I like to use reddit.com/r/worldnews but I am curious as to what rotisserie of websites you read to stay informed but without needing to slog through any so-called "social" non-news.


----------



## tzoi516 (Oct 3, 2013)

I listen to local news on the radio during my commute because it doesn't have that "morning zoo" format that wastes my time instead of informing me about current events.

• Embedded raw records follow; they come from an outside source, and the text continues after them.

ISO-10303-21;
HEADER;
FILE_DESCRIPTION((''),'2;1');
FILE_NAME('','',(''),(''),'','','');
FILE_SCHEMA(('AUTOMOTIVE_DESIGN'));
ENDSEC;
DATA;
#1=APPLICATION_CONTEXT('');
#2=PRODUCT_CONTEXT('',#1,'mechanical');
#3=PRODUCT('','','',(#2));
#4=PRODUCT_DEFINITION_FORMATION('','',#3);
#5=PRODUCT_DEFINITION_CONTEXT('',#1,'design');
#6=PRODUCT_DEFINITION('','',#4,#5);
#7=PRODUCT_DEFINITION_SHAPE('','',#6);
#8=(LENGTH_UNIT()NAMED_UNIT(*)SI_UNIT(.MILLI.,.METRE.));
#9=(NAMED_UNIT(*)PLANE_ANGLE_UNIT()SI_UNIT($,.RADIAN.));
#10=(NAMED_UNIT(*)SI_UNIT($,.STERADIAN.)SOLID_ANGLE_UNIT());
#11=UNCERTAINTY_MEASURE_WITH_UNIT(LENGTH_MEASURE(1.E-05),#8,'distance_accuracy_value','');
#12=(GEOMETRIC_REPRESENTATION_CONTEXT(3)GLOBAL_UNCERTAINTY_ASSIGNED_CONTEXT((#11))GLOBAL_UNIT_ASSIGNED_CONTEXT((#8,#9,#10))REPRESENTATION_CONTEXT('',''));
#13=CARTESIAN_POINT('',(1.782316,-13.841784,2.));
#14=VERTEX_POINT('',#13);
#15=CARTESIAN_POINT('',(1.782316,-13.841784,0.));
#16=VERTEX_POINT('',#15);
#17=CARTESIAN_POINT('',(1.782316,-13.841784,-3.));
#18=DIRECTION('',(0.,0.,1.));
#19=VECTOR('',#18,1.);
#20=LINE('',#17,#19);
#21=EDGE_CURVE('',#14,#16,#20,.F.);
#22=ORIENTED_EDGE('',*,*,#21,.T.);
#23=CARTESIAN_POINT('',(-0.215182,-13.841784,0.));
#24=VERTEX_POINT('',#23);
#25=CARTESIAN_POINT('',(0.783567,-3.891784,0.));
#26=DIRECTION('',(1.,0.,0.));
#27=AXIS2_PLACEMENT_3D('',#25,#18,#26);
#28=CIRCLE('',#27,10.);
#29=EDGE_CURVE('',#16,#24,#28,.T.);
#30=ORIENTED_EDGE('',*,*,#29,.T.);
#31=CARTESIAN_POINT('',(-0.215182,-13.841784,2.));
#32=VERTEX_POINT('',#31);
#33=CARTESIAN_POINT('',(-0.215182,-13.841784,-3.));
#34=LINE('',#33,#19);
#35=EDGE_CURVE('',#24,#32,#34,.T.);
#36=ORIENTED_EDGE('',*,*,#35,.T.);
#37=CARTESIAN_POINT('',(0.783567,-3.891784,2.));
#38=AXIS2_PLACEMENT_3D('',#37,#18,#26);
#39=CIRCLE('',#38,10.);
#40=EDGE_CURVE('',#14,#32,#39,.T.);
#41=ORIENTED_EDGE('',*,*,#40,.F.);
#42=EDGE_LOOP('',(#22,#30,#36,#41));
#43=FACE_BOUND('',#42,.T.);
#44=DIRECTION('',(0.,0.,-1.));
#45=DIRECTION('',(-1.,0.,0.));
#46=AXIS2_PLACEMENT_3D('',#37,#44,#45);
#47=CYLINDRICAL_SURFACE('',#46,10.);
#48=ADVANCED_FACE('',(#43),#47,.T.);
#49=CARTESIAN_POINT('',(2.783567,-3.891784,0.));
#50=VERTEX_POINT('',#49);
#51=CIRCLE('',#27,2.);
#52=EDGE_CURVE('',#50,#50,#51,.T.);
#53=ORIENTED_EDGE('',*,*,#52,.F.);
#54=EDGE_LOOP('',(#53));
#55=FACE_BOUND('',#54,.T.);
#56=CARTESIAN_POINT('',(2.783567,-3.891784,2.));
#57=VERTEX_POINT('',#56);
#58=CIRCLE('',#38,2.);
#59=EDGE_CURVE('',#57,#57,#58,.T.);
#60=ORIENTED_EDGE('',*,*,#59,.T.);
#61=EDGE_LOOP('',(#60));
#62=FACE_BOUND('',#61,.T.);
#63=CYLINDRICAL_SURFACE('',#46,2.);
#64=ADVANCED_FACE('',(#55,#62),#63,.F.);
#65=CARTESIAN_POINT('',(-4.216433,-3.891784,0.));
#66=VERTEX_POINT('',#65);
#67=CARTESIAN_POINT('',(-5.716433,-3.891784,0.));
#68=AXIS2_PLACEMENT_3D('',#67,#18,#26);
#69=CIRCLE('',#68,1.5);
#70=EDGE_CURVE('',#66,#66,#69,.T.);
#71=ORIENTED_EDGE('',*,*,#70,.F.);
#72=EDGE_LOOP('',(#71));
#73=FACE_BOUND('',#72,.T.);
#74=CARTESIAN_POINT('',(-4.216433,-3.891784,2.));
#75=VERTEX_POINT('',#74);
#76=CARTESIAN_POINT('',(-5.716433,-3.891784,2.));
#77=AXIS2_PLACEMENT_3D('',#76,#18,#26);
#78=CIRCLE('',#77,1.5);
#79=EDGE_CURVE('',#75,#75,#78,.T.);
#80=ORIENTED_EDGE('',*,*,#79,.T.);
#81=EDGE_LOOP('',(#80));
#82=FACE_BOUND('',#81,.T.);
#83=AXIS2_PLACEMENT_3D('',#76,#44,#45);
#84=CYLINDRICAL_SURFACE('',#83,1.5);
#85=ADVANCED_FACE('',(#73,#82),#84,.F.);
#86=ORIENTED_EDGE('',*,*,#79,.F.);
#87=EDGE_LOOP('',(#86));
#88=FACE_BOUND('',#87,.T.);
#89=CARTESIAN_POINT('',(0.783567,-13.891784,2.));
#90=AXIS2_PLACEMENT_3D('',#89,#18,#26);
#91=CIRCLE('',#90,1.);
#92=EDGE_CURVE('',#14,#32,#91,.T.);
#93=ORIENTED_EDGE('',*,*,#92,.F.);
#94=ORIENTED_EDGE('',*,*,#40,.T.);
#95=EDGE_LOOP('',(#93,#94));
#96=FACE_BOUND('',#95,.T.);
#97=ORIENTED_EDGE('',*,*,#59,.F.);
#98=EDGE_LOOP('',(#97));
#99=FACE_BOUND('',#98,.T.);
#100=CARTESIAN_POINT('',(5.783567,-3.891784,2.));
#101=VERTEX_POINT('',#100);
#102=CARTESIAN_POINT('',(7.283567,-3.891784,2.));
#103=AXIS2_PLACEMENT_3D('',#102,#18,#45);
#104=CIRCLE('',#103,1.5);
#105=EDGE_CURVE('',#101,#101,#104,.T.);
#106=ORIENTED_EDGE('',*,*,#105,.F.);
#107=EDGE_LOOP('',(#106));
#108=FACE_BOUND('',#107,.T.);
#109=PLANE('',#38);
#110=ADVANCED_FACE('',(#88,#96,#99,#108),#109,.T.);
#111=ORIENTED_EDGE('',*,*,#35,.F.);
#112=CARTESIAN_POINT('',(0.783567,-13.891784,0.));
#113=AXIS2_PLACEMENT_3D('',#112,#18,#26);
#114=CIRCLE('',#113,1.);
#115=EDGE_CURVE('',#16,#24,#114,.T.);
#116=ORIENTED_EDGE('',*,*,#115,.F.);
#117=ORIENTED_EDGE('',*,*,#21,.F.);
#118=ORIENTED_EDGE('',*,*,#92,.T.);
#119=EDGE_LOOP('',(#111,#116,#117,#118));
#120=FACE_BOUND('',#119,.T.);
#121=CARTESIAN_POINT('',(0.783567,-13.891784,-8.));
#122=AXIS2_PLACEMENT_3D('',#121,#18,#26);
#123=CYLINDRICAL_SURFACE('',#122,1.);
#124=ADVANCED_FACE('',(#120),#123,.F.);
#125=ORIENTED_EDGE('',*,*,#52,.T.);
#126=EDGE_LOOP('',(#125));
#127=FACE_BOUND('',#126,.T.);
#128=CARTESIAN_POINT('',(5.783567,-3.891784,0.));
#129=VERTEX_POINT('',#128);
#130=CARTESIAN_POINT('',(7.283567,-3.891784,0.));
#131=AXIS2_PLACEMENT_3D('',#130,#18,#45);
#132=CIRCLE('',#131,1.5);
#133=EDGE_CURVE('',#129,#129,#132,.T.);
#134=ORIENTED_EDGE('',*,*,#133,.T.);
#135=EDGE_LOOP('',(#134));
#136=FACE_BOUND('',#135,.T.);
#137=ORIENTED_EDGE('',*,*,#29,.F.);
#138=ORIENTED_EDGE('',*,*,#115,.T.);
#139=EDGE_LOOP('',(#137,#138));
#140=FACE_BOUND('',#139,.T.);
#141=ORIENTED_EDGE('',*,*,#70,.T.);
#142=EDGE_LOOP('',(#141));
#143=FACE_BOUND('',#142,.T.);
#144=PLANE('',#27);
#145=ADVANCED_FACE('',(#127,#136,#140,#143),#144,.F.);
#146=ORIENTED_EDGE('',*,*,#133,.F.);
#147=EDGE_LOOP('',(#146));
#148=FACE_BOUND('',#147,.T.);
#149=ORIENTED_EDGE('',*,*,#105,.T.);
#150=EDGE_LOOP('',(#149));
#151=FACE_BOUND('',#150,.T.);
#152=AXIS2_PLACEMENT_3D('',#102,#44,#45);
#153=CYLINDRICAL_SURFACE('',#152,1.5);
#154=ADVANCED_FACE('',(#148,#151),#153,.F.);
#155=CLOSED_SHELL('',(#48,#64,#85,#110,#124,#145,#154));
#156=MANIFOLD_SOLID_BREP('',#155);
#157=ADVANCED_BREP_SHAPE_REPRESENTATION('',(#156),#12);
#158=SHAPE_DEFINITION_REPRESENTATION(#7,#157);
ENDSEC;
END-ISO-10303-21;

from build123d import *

# Parameters (mm, degrees)
SKETCH_1_R          = 10
SKETCH_1_R_2        = 1.5
SKETCH_1_R_3        = 2
EXTRUDE_1_DEPTH     = 2
SKETCH_2_R          = 1
CUT_EXTRUDE_1_DEPTH = 10


with BuildPart() as part:
    # 草图1 → 凸台-拉伸1 (new body)
    with BuildSketch(Plane.XY):
        with Locations((0.783567134, -3.891783567)):
            Circle(SKETCH_1_R)
        with Locations((-5.716432866, -3.891783567)):
            Circle(SKETCH_1_R_2, mode=Mode.SUBTRACT)
        with Locations(Location((7.283567134, -3.891783567, 0), (0, 0, 180))):
            Circle(SKETCH_1_R_2, mode=Mode.SUBTRACT)
        with Locations((0.783567134, -3.891783567)):
            Circle(SKETCH_1_R_3, mode=Mode.SUBTRACT)
    extrude(amount=EXTRUDE_1_DEPTH)

    # 草图2 → 切除-拉伸1 (cut)
    with BuildSketch(Plane.XY.offset(2)):
        with Locations((0.783567134, -13.891783567)):
            Circle(SKETCH_2_R)
    extrude(amount=-CUT_EXTRUDE_1_DEPTH, mode=Mode.SUBTRACT)


solid = part.part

I also have the HTC One, so I use a Twitter feed that aggregates Twitter news feeds and read via Blink Feed.


----------



## phoenix (Oct 3, 2013)

RSS is your friend.  You get the news, without the comments, accessible even on your phone.


----------



## chatwizrd (Oct 3, 2013)

This plugin is really good for following RSS feeds if you use the chrome browser.


----------



## teckk (Oct 3, 2013)

Here are a few news with different slants links, which is what is being called news today. Most are small mobile pages. All of them work with js, plugins, and images off.
http://m.washingtontimes.com/
http://www.idrudgereport.com/
http://mobile.reuters.com/
http://www.theguardian.com/top-stories?view=mobile
http://www.suntimes.com/mobile/index.html
http://m.nydailynews.com/
http://m.bbc.co.uk/news
http://m.spiegel.de/international/
http://iphone.france24.com/en/
http://m.dw.de/english/
http://www.news.com.au/
http://mobile.jpost.com/
http://english.pravda.ru/
http://m.cbsnews.com/index.rbml
http://www.nbcnews.com/
http://www.foxnews.mobi/
http://t.news.msn.com/
http://mobile.politico.com/iphone/
http://www.breitbart.com/big-journalism
http://m.weeklystandard.com/homepage
http://mobile.jpost.com/
http://www.cnn.com/
http://www.time.com/time/
http://mobile.usnews.com/
http://m.cnsnews.com/sections
http://www.onenewsnow.com/
http://hisz.rsoe.hu/alertmap/index2.php


As for video news,

A simple TV tuner script to watch TV networks online with mplayer. I've already included some examples. Remove what you want, put your own in. All of the links work at time of posting, in the US. If you don't want to use X then you'll need to use mplayer with framebuffer.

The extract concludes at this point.